第三,它赋能的是中国企业出海服务体系。今天很多中国企业出海,不缺产品、不缺供应链,也不缺勇气,真正缺的是系统化海外服务能力。企业进入海外市场后,很快会遇到合规、税务、用工、合同、品牌、知识产权、消费者保护、平台监管等问题。单靠企业自己摸索,成本高、风险大。
国内律所如果能够通过“双百行动”与海外侨团建立联系,就有机会把侨团网络、华商企业、当地专业机构和国内出海企业连接起来,形成新的服务体系。它不仅可以服务侨胞,也可以服务中国企业出海;不仅可以处理个案纠纷,也可以提前设计风险防控机制。
当然,要把“负担”真正变成“赋能”,关键还在机制设计。
第一、不能停留在挂名结对。律所和侨团之间要建立真实需求清单、服务清单和反馈机制,让侨胞知道可以咨询什么、通过什么渠道咨询、哪些问题可以解决、哪些问题需要转接海外当地专业机构。
第二、不能只做国内法律咨询。涉侨法律服务必须逐步建立跨法域协同机制。国内律所处理中国法律问题,同时联动海外当地律师、会计师、税务师、移民顾问和商协会资源,共同解决侨胞和企业在所在国面临的实际问题。
第三、不能只等问题发生以后介入。
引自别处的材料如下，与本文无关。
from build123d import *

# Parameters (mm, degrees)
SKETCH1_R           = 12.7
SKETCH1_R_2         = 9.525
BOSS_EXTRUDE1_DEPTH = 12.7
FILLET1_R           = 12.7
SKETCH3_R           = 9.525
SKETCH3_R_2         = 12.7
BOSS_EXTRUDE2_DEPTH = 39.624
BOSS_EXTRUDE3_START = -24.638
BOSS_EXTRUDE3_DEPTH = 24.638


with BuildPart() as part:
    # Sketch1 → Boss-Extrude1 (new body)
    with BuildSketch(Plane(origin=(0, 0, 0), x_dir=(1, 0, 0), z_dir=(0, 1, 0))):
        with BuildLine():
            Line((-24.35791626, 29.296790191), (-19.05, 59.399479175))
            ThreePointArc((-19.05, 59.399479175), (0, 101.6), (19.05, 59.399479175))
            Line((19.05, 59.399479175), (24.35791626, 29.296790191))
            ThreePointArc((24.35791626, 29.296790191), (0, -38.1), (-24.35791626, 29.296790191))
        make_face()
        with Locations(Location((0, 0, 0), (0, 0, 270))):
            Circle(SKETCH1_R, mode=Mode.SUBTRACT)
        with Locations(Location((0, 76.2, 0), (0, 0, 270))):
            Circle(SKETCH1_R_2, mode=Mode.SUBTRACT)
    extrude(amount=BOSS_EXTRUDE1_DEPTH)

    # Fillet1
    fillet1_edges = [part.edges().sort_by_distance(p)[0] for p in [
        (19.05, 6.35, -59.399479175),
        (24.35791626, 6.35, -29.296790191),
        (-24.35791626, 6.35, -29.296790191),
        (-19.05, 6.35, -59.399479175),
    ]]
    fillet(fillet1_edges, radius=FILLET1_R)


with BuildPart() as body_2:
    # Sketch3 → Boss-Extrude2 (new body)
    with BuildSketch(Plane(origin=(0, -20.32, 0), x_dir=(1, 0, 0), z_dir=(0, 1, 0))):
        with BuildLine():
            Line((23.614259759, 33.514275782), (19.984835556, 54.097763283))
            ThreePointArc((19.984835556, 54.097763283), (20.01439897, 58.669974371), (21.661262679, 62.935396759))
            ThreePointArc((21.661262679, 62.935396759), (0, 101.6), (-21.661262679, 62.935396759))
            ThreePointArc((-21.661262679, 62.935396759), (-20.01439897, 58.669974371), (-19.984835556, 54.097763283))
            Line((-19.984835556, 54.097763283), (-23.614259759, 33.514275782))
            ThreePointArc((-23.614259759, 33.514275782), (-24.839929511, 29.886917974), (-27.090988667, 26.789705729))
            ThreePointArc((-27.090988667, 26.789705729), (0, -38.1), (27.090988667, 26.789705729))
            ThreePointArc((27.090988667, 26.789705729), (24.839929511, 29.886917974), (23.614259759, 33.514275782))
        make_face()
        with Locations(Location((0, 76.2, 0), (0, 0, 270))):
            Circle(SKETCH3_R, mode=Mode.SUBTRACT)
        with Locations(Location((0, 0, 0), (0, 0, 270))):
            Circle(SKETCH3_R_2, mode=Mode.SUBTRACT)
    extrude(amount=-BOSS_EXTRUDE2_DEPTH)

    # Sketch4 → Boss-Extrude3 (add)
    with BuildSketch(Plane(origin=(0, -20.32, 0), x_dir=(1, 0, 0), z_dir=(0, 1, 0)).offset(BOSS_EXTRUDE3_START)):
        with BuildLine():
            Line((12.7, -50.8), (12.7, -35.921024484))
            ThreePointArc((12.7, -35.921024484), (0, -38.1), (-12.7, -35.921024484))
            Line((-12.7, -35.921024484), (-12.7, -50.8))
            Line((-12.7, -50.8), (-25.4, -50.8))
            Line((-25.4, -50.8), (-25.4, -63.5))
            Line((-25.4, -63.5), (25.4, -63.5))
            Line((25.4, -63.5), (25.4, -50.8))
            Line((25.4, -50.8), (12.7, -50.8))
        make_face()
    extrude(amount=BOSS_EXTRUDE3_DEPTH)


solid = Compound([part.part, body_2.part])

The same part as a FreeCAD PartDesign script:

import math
import FreeCAD as App
import Part
import Sketcher

V = App.Vector
Q = App.Units.Quantity


def edges_at(feature, points):
    """Names of the edges that pass closest to the given points."""
    edges = feature.Shape.Edges
    near = lambda p: min(range(len(edges)), key=lambda i: edges[i].distToShape(Part.Vertex(*p))[0])
    return sorted({f"Edge{near(p) + 1}" for p in points})

doc = App.newDocument("Part")
body = doc.addObject("PartDesign::Body", "Body")

sketch1 = body.newObject("Sketcher::SketchObject", "Sketch")
sketch1.AttachmentSupport = (doc.getObject("XZ_Plane"), [""])
sketch1.MapMode = "FlatFace"
sketch1.addGeometry([
    Part.LineSegment(V(-19, -59, 0), V(-24, -29, 0)),
    Part.ArcOfCircle(Part.Circle(V(0, 0, 0), V(0, 0, 1), 38), math.radians(-50), math.radians(230)),
    Part.LineSegment(V(24, -29, 0), V(19, -59, 0)),
    Part.ArcOfCircle(Part.Circle(V(0, -76, 0), V(0, 0, 1), 25), math.radians(139), math.radians(401)),
    Part.Circle(V(0, 0, 0), V(0, 0, 1), 13),
    Part.Circle(V(0, -76, 0), V(0, 0, 1), 10),
], False)
sketch1.addConstraint([
    Sketcher.Constraint("Coincident", 0, 2, 1, 2),
    Sketcher.Constraint("Coincident", 1, 1, 2, 1),
    Sketcher.Constraint("Coincident", 2, 2, 3, 2),
    Sketcher.Constraint("Coincident", 3, 1, 0, 1),
    Sketcher.Constraint("Coincident", 1, 3, -1, 1),
    Sketcher.Constraint("Coincident", 4, 3, -1, 1),
    Sketcher.Constraint("Coincident", 5, 3, 3, 3),
    Sketcher.Constraint("Symmetric", 2, 2, 3, 1, -2),
    Sketcher.Constraint("Horizontal", 0, 2, 1, 1),
    Sketcher.Constraint("Diameter", 4, Q("1 in")),
    Sketcher.Constraint("Radius", 3, Q("1 in")),
    Sketcher.Constraint("Radius", 1, Q("1.5 in")),
    Sketcher.Constraint("Diameter", 5, Q("0.75 in")),
    Sketcher.Constraint("DistanceY", 3, 3, -1, 1, Q("3 in")),
    Sketcher.Constraint("Angle", 0, Q("100 deg")),
    Sketcher.Constraint("DistanceX", 3, 1, 2, 2, Q("1.5 in")),
])
pad1 = body.newObject("PartDesign::Pad", "Pad")
pad1.Profile = sketch1
pad1.Length = Q("0.5 in")
pad1.Reversed = True
doc.recompute()

fillet = body.newObject("PartDesign::Fillet", "Fillet")
fillet.Base = (pad1, edges_at(pad1, [
    (19.05, 6.35, -59.399),
    (24.358, 6.35, -29.297),
    (-24.358, 6.35, -29.297),
    (-19.05, 6.35, -59.399),
]))
fillet.Radius = Q("0.5 in")
body2 = doc.addObject("PartDesign::Body", "Body001")

sketch2 = body2.newObject("Sketcher::SketchObject", "Sketch001")
sketch2.AttachmentSupport = (doc.getObject("XZ_Plane001"), [""])
sketch2.MapMode = "FlatFace"
sketch2.AttachmentOffset = App.Placement(V(0, 0, 0.8 * 25.4), App.Rotation())
sketch2.addGeometry([
    Part.LineSegment(V(24, -34, 0), V(20, -54, 0)),
    Part.ArcOfCircle(Part.Circle(V(32, -56, 0), V(0, 0, 1), 13), math.radians(170), math.radians(211)),
    Part.ArcOfCircle(Part.Circle(V(0, -76, 0), V(0, 0, 1), 25), math.radians(149), math.radians(391)),
    Part.ArcOfCircle(Part.Circle(V(-32, -56, 0), V(0, 0, 1), 13), math.radians(-31), math.radians(10)),
    Part.LineSegment(V(-20, -54, 0), V(-24, -34, 0)),
    Part.ArcOfCircle(Part.Circle(V(-36, -36, 0), V(0, 0, 1), 13), math.radians(10), math.radians(45)),
    Part.ArcOfCircle(Part.Circle(V(0, 0, 0), V(0, 0, 1), 38), math.radians(-45), math.radians(225)),
    Part.ArcOfCircle(Part.Circle(V(36, -36, 0), V(0, 0, 1), 13), math.radians(135), math.radians(170)),
    Part.Circle(V(0, 0, 0), V(0, 0, 1), 13),
    Part.Circle(V(0, -76, 0), V(0, 0, 1), 10),
], False)
sketch2.addConstraint([
    Sketcher.Constraint("Tangent", 0, 2, 1, 1),
    Sketcher.Constraint("Tangent", 1, 2, 2, 2),
    Sketcher.Constraint("Tangent", 2, 1, 3, 1),
    Sketcher.Constraint("Tangent", 3, 2, 4, 1),
    Sketcher.Constraint("Tangent", 4, 2, 5, 1),
    Sketcher.Constraint("Tangent", 5, 2, 6, 2),
    Sketcher.Constraint("Tangent", 6, 1, 7, 1),
    Sketcher.Constraint("Tangent", 7, 2, 0, 1),
    Sketcher.Constraint("Coincident", 6, 3, -1, 1),
    Sketcher.Constraint("Coincident", 8, 3, -1, 1),
    Sketcher.Constraint("Coincident", 9, 3, 2, 3),
    Sketcher.Constraint("Equal", 1, 3),
    Sketcher.Constraint("Equal", 3, 5),
    Sketcher.Constraint("Equal", 5, 7),
    Sketcher.Constraint("Equal", 7, 8),
    Sketcher.Constraint("Symmetric", 1, 3, 3, 3, -2),
    Sketcher.Constraint("Horizontal", 5, 3, 7, 3),
    Sketcher.Constraint("Diameter", 8, Q("1 in")),
    Sketcher.Constraint("Radius", 2, Q("1 in")),
    Sketcher.Constraint("Radius", 6, Q("1.5 in")),
    Sketcher.Constraint("Diameter", 9, Q("0.75 in")),
    Sketcher.Constraint("DistanceY", 2, 3, -1, 1, Q("3 in")),
    Sketcher.Constraint("Angle", 0, Q("-100 deg")),
    Sketcher.Constraint("DistanceY", 1, 2, 1, 3, 6.632302),
])
pad2 = body2.newObject("PartDesign::Pad", "Pad001")
pad2.Profile = sketch2
pad2.Length = Q("1.56 in")

sketch3 = body2.newObject("Sketcher::SketchObject", "Sketch002")
sketch3.AttachmentSupport = (doc.getObject("XZ_Plane001"), [""])
sketch3.MapMode = "FlatFace"
sketch3.AttachmentOffset = App.Placement(V(0, 0, 1.77 * 25.4), App.Rotation())
sketch3.addGeometry([
    Part.LineSegment(V(13, 51, 0), V(13, 36, 0)),
    Part.ArcOfCircle(Part.Circle(V(0, 0, 0), V(0, 0, 1), 38), math.radians(71), math.radians(109)),
    Part.LineSegment(V(-13, 36, 0), V(-13, 51, 0)),
    Part.LineSegment(V(-13, 51, 0), V(-25, 51, 0)),
    Part.LineSegment(V(-25, 51, 0), V(-25, 64, 0)),
    Part.LineSegment(V(-25, 64, 0), V(25, 64, 0)),
    Part.LineSegment(V(25, 64, 0), V(25, 51, 0)),
    Part.LineSegment(V(25, 51, 0), V(13, 51, 0)),
], False)
sketch3.addConstraint([
    Sketcher.Constraint("Coincident", 0, 2, 1, 1),
    Sketcher.Constraint("Coincident", 1, 2, 2, 1),
    Sketcher.Constraint("Coincident", 2, 2, 3, 1),
    Sketcher.Constraint("Coincident", 3, 2, 4, 1),
    Sketcher.Constraint("Coincident", 4, 2, 5, 1),
    Sketcher.Constraint("Coincident", 5, 2, 6, 1),
    Sketcher.Constraint("Coincident", 6, 2, 7, 1),
    Sketcher.Constraint("Coincident", 7, 2, 0, 1),
    Sketcher.Constraint("Vertical", 0),
    Sketcher.Constraint("Vertical", 2),
    Sketcher.Constraint("Horizontal", 3),
    Sketcher.Constraint("Vertical", 4),
    Sketcher.Constraint("Horizontal", 5),
    Sketcher.Constraint("Vertical", 6),
    Sketcher.Constraint("Horizontal", 7),
    Sketcher.Constraint("Coincident", 1, 3, -1, 1),
    Sketcher.Constraint("Symmetric", 3, 2, 6, 2, -2),
    Sketcher.Constraint("Horizontal", 0, 2, 1, 2),
    Sketcher.Constraint("Equal", 7, 4),
    Sketcher.Constraint("Radius", 1, Q("1.5 in")),
    Sketcher.Constraint("DistanceX", 5, 1, 5, 2, Q("2 in")),
    Sketcher.Constraint("DistanceX", 3, 2, 3, 1, Q("0.5 in")),
    Sketcher.Constraint("DistanceY", -1, 1, 2, 2, Q("2 in")),
])
pad3 = body2.newObject("PartDesign::Pad", "Pad002")
pad3.Profile = sketch3
pad3.Length = Q("0.97 in")
pad3.Reversed = True

doc.recompute()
真正高质量的法律服务,不是出事后帮忙打官司,而是在出事前帮助企业建立合规体系、合同体系、股权体系、用工体系、财税体系和传承体系。
第四、不能只服务个体侨胞,还要服务华商企业整体能力建设。法律服务可以与法治讲堂、合规培训、案例教学、企业出海课程结合起来,把个案经验转化为群体能力。
侨联负责连接,律所提供专业,侨团承接需求,商学院可以把专业服务转化为企业家的认知升级和经营能力。这样,涉侨法律服务就不只是“律师帮助侨胞”,而是“中国专业力量与全球侨胞网络共同成长”的新机制。
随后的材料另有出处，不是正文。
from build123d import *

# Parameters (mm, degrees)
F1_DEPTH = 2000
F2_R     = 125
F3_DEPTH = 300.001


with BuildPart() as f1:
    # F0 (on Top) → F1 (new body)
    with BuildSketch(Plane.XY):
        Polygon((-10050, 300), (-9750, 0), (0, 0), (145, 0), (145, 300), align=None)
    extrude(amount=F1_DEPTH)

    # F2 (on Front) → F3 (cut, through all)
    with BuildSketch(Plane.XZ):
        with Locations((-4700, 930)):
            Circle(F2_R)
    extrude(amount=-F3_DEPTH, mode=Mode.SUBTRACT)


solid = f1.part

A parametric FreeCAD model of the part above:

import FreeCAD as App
import Part
import Sketcher
from FreeCAD import Vector
Q = App.Units.Quantity

doc = App.newDocument("Part")
body = doc.addObject("PartDesign::Body", "Body")

# Sketch on XY plane
sketch1 = body.newObject("Sketcher::SketchObject", "Sketch")
sketch1.AttachmentSupport = (doc.getObject("XY_Plane"), [""])
sketch1.MapMode = "FlatFace"
sketch1.addGeometry([
    Part.LineSegment(Vector(-10050, 300, 0), Vector(-9750, 0, 0)),
    Part.LineSegment(Vector(-9750, 0, 0), Vector(145, 0, 0)),
    Part.LineSegment(Vector(145, 0, 0), Vector(145, 300, 0)),
    Part.LineSegment(Vector(145, 300, 0), Vector(-10050, 300, 0)),
], False)
sketch1.addConstraint([
    Sketcher.Constraint("Coincident", 0, 2, 1, 1),
    Sketcher.Constraint("Coincident", 1, 2, 2, 1),
    Sketcher.Constraint("Coincident", 2, 2, 3, 1),
    Sketcher.Constraint("Coincident", 3, 2, 0, 1),
    Sketcher.Constraint("Horizontal", 1),
    Sketcher.Constraint("Vertical", 2),
    Sketcher.Constraint("Horizontal", 3),
    Sketcher.Constraint("PointOnObject", 0, 2, -1),
    Sketcher.Constraint("DistanceX", 1, 1, 1, 2, Q("9895 mm")),
    Sketcher.Constraint("DistanceX", 3, 2, 3, 1, Q("10195 mm")),
    Sketcher.Constraint("DistanceY", 2, 1, 2, 2, Q("300 mm")),
    Sketcher.Constraint("DistanceX", 0, 2, -1, 1, Q("9750 mm")),
])
pad1 = body.newObject("PartDesign::Pad", "Pad")
pad1.Profile = sketch1
pad1.Length = 2000

# Sketch on XZ plane
sketch2 = body.newObject("Sketcher::SketchObject", "Sketch001")
sketch2.AttachmentSupport = (doc.getObject("XZ_Plane"), [""])
sketch2.MapMode = "FlatFace"
sketch2.addGeometry(Part.Circle(Vector(-4700, 930, 0), Vector(0, 0, 1), 125), False)
sketch2.addConstraint([
    Sketcher.Constraint("Diameter", 0, Q("250 mm")),
    Sketcher.Constraint("DistanceX", 0, 3, -1, 1, Q("4700 mm")),
    Sketcher.Constraint("DistanceY", -1, 1, 0, 3, Q("930 mm")),
])
pocket1 = body.newObject("PartDesign::Pocket", "Pocket")
pocket1.Profile = sketch2
pocket1.Type = "ThroughAll"

doc.recompute()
国内律所不应把海外侨团看成负担,而要看成国际化训练场;不应把海外案例看成麻烦,而要看成能力资产;不应把涉侨服务看成边缘任务,而要看成中国法律服务走向世界的重要入口。
涉侨法律服务的价值就在这里:它不是负担,而是赋能;不是简单公益,而是战略入口;不是额外任务,而是在帮助中国律所建立面向未来的国际化能力。